> **About this exercise**: The span to repeat in the listing below runs from the line containing "f 639 678 631" to the line containing "f 255 257 260", inclusive. Repeat it exactly, and only it.

> **Data in this exercise**:
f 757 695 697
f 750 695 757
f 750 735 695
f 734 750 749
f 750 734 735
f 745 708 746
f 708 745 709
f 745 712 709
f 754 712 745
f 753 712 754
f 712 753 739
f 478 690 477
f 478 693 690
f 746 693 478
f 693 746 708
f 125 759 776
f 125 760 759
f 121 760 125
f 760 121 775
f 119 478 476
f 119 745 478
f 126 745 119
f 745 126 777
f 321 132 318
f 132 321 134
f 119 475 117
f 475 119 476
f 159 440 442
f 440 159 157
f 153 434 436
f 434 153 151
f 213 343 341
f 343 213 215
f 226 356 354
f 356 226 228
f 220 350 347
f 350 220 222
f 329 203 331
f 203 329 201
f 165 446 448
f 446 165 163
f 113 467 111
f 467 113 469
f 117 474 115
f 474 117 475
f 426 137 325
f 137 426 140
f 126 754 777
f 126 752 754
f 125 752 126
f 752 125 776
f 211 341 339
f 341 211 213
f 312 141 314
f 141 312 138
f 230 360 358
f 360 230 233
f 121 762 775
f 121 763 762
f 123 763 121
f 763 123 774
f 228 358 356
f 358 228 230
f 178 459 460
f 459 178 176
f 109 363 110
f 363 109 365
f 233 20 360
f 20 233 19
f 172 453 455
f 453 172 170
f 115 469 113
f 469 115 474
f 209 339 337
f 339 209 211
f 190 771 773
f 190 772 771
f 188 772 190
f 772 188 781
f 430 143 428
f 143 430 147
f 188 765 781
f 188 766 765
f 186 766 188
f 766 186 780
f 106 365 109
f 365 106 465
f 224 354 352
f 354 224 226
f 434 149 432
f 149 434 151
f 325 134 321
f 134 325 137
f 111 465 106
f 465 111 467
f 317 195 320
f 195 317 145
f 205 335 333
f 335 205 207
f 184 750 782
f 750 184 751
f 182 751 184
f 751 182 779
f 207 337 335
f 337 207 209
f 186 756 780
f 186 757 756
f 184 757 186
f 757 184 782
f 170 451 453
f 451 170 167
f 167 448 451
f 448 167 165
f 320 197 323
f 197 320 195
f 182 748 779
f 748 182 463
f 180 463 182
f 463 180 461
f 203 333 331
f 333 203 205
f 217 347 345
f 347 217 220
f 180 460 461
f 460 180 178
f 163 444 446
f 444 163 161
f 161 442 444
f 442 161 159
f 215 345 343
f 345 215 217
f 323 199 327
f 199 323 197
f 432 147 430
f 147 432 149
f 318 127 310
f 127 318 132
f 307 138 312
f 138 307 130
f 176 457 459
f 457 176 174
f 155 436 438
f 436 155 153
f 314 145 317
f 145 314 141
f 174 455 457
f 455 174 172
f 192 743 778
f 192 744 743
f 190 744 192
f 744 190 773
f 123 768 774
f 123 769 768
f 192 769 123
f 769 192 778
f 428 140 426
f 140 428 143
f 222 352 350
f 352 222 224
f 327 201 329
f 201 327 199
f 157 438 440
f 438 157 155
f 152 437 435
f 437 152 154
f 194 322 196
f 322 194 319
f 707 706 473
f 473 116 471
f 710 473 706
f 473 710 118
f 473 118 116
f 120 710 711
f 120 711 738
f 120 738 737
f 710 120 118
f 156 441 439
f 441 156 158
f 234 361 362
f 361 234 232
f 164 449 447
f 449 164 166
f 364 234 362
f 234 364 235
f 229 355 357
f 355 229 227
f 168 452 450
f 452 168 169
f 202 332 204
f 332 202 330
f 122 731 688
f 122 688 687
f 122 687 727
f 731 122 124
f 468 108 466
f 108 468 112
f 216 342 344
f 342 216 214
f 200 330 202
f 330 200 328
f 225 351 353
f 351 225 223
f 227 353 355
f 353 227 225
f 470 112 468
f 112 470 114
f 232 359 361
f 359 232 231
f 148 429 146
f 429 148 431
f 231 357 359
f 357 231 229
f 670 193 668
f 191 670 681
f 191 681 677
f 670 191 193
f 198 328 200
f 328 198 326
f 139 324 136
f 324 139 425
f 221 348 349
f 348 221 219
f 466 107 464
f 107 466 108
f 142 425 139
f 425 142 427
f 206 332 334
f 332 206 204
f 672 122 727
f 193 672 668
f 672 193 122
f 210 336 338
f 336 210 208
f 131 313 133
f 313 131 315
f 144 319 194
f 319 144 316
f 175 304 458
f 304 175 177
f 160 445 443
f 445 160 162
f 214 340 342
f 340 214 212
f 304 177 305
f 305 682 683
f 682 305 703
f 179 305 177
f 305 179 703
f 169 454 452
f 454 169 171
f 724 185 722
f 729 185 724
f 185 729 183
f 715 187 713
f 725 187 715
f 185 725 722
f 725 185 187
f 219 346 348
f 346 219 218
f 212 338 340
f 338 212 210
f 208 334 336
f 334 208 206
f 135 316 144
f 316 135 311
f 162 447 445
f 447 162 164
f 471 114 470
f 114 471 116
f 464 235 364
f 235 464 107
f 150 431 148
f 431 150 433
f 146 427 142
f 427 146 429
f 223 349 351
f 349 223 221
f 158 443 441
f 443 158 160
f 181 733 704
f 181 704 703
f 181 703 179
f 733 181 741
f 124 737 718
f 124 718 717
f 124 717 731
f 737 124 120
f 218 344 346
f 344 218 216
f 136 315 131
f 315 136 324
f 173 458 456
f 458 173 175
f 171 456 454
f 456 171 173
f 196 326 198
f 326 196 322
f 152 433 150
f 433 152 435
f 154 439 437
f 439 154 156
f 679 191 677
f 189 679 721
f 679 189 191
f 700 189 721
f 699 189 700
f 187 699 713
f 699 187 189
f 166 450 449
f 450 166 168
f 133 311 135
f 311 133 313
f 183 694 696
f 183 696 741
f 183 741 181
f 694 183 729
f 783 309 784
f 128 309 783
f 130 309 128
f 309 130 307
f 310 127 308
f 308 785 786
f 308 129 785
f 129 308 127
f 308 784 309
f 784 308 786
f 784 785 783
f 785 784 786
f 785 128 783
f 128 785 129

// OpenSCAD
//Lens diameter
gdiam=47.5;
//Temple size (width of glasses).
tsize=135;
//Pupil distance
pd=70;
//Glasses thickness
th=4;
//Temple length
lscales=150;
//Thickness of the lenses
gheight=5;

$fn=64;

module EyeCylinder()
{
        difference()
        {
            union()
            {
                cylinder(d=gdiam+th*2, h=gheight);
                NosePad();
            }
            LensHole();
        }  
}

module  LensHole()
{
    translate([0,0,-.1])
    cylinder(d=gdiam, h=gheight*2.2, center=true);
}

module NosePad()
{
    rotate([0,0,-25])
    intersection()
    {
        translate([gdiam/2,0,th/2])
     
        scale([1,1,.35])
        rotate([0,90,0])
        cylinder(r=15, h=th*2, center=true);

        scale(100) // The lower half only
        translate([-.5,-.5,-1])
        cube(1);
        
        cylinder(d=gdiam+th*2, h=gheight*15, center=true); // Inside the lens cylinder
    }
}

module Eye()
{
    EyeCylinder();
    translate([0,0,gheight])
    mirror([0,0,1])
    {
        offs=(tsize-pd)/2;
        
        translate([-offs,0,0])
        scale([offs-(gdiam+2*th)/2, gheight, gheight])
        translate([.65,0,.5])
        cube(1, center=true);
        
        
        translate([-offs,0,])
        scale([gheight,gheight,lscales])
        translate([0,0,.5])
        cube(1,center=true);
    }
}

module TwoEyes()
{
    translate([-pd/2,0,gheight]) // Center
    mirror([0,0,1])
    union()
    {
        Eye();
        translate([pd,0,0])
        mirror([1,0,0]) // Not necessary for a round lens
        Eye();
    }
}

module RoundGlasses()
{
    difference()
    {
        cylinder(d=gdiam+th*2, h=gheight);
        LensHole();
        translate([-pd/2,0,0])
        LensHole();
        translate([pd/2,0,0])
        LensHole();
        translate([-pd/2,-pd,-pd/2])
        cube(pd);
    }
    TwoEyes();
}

--

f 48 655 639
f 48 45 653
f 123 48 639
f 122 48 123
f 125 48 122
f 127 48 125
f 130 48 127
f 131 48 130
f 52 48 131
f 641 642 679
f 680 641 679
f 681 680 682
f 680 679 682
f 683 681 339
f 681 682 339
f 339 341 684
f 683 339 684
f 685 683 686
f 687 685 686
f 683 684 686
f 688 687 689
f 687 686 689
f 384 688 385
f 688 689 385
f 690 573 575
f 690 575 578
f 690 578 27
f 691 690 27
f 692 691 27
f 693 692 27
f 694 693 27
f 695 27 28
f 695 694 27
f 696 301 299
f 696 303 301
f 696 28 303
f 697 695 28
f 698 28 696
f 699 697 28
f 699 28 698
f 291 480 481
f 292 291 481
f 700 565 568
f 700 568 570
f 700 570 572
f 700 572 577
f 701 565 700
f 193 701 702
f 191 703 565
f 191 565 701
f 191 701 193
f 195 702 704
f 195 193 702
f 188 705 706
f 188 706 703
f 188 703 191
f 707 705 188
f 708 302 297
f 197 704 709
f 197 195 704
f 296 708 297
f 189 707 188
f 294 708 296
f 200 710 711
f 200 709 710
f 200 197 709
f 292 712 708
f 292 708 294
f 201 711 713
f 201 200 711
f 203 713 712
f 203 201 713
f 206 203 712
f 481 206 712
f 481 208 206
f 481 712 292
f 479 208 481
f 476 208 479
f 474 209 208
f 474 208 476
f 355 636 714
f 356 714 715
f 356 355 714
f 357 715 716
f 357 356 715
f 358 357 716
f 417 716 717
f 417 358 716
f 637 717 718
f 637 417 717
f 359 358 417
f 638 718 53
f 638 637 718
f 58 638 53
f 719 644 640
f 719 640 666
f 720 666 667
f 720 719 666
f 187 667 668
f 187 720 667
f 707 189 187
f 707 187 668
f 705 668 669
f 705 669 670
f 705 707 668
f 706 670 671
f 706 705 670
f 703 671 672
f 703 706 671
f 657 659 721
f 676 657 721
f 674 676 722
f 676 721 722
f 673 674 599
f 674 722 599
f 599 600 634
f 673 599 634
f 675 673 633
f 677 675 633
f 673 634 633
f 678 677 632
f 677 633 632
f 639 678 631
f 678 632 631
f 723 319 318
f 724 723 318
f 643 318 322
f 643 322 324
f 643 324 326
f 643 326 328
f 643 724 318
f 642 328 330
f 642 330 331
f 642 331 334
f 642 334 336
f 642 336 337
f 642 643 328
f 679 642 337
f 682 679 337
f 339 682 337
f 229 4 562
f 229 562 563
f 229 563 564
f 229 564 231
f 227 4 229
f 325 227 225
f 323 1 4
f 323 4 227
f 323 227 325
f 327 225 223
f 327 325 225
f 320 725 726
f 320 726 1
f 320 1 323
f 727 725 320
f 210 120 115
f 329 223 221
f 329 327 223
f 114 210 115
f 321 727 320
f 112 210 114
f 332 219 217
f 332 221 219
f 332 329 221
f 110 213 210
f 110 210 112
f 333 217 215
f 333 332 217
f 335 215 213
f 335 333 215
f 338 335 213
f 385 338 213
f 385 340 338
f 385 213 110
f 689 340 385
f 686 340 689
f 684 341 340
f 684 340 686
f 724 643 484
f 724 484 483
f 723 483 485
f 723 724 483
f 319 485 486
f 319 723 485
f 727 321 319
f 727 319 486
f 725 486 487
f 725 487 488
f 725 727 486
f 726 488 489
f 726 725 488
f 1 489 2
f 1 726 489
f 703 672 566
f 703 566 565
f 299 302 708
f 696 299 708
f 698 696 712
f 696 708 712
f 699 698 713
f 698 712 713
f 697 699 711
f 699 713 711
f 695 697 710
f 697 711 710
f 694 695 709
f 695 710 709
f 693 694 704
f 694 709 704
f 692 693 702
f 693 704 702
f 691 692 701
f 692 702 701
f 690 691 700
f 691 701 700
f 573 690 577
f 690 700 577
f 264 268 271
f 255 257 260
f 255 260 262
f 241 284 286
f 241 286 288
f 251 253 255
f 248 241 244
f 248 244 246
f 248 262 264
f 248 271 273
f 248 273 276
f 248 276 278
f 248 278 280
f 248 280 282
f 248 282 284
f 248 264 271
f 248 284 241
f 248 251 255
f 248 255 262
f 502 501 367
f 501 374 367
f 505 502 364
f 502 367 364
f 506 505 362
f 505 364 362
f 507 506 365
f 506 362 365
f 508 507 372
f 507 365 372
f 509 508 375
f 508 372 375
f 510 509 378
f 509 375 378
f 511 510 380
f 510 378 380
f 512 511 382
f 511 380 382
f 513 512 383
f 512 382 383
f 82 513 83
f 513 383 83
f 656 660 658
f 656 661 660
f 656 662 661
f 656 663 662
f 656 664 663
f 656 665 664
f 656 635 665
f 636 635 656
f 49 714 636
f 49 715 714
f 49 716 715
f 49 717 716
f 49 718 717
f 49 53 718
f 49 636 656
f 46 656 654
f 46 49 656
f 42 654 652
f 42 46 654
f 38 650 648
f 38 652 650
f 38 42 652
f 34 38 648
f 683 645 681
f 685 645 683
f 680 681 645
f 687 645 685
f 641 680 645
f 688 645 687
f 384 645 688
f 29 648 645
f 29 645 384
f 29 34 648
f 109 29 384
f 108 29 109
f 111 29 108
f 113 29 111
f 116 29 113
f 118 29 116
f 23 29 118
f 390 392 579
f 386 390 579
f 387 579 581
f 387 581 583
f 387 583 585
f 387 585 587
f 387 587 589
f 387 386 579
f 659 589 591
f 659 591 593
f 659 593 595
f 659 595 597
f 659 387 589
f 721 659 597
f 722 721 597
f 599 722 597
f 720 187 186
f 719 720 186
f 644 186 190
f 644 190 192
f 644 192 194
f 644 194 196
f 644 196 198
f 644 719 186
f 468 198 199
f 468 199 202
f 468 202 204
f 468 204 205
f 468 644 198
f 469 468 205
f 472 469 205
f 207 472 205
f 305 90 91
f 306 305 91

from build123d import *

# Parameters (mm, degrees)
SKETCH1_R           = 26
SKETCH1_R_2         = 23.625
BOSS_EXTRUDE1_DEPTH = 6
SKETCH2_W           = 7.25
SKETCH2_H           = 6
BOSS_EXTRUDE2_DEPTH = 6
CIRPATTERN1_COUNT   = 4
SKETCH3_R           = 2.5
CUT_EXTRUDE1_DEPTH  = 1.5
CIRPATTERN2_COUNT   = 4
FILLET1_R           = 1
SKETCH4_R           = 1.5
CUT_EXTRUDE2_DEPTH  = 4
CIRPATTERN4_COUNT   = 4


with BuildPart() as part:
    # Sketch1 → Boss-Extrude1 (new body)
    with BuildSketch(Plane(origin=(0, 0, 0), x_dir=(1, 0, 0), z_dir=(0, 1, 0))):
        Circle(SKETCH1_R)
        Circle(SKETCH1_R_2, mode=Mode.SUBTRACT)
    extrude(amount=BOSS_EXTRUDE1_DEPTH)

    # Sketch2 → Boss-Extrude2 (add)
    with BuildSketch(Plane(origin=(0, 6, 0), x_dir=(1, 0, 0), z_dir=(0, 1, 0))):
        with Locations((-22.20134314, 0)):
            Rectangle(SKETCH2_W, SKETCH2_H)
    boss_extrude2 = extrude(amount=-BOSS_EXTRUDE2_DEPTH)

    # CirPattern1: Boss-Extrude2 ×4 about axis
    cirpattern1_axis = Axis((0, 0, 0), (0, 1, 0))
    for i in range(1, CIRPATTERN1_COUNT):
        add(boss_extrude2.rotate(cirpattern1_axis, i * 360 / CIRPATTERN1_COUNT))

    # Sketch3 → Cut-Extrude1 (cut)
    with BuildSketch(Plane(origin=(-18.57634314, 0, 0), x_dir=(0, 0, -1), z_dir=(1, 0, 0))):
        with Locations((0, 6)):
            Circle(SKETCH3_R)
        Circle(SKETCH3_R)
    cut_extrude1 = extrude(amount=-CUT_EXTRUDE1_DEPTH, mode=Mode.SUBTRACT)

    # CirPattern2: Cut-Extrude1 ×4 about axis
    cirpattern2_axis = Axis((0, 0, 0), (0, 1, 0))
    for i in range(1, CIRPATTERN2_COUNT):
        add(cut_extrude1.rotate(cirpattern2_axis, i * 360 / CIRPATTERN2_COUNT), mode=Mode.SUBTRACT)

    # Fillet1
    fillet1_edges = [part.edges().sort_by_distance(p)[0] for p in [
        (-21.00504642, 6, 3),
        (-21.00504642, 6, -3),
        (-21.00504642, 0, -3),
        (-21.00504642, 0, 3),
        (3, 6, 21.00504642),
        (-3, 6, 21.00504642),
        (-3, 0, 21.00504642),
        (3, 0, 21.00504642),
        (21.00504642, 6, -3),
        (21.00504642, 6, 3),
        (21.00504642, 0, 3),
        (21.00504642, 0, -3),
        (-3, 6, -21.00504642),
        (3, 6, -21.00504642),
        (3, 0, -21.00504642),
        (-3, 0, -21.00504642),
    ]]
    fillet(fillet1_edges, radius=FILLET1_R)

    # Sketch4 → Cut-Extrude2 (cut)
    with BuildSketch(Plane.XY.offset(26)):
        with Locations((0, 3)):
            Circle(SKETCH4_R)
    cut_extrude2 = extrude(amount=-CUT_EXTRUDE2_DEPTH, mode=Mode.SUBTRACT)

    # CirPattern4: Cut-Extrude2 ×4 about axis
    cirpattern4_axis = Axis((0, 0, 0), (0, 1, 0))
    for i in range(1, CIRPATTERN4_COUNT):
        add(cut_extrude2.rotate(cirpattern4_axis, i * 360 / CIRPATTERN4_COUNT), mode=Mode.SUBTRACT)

> **Response**:
f 639 678 631
f 678 632 631
f 723 319 318
f 724 723 318
f 643 318 322
f 643 322 324
f 643 324 326
f 643 326 328
f 643 724 318
f 642 328 330
f 642 330 331
f 642 331 334
f 642 334 336
f 642 336 337
f 642 643 328
f 679 642 337
f 682 679 337
f 339 682 337
f 229 4 562
f 229 562 563
f 229 563 564
f 229 564 231
f 227 4 229
f 325 227 225
f 323 1 4
f 323 4 227
f 323 227 325
f 327 225 223
f 327 325 225
f 320 725 726
f 320 726 1
f 320 1 323
f 727 725 320
f 210 120 115
f 329 223 221
f 329 327 223
f 114 210 115
f 321 727 320
f 112 210 114
f 332 219 217
f 332 221 219
f 332 329 221
f 110 213 210
f 110 210 112
f 333 217 215
f 333 332 217
f 335 215 213
f 335 333 215
f 338 335 213
f 385 338 213
f 385 340 338
f 385 213 110
f 689 340 385
f 686 340 689
f 684 341 340
f 684 340 686
f 724 643 484
f 724 484 483
f 723 483 485
f 723 724 483
f 319 485 486
f 319 723 485
f 727 321 319
f 727 319 486
f 725 486 487
f 725 487 488
f 725 727 486
f 726 488 489
f 726 725 488
f 1 489 2
f 1 726 489
f 703 672 566
f 703 566 565
f 299 302 708
f 696 299 708
f 698 696 712
f 696 708 712
f 699 698 713
f 698 712 713
f 697 699 711
f 699 713 711
f 695 697 710
f 697 711 710
f 694 695 709
f 695 710 709
f 693 694 704
f 694 709 704
f 692 693 702
f 693 704 702
f 691 692 701
f 692 702 701
f 690 691 700
f 691 701 700
f 573 690 577
f 690 700 577
f 264 268 271
f 255 257 260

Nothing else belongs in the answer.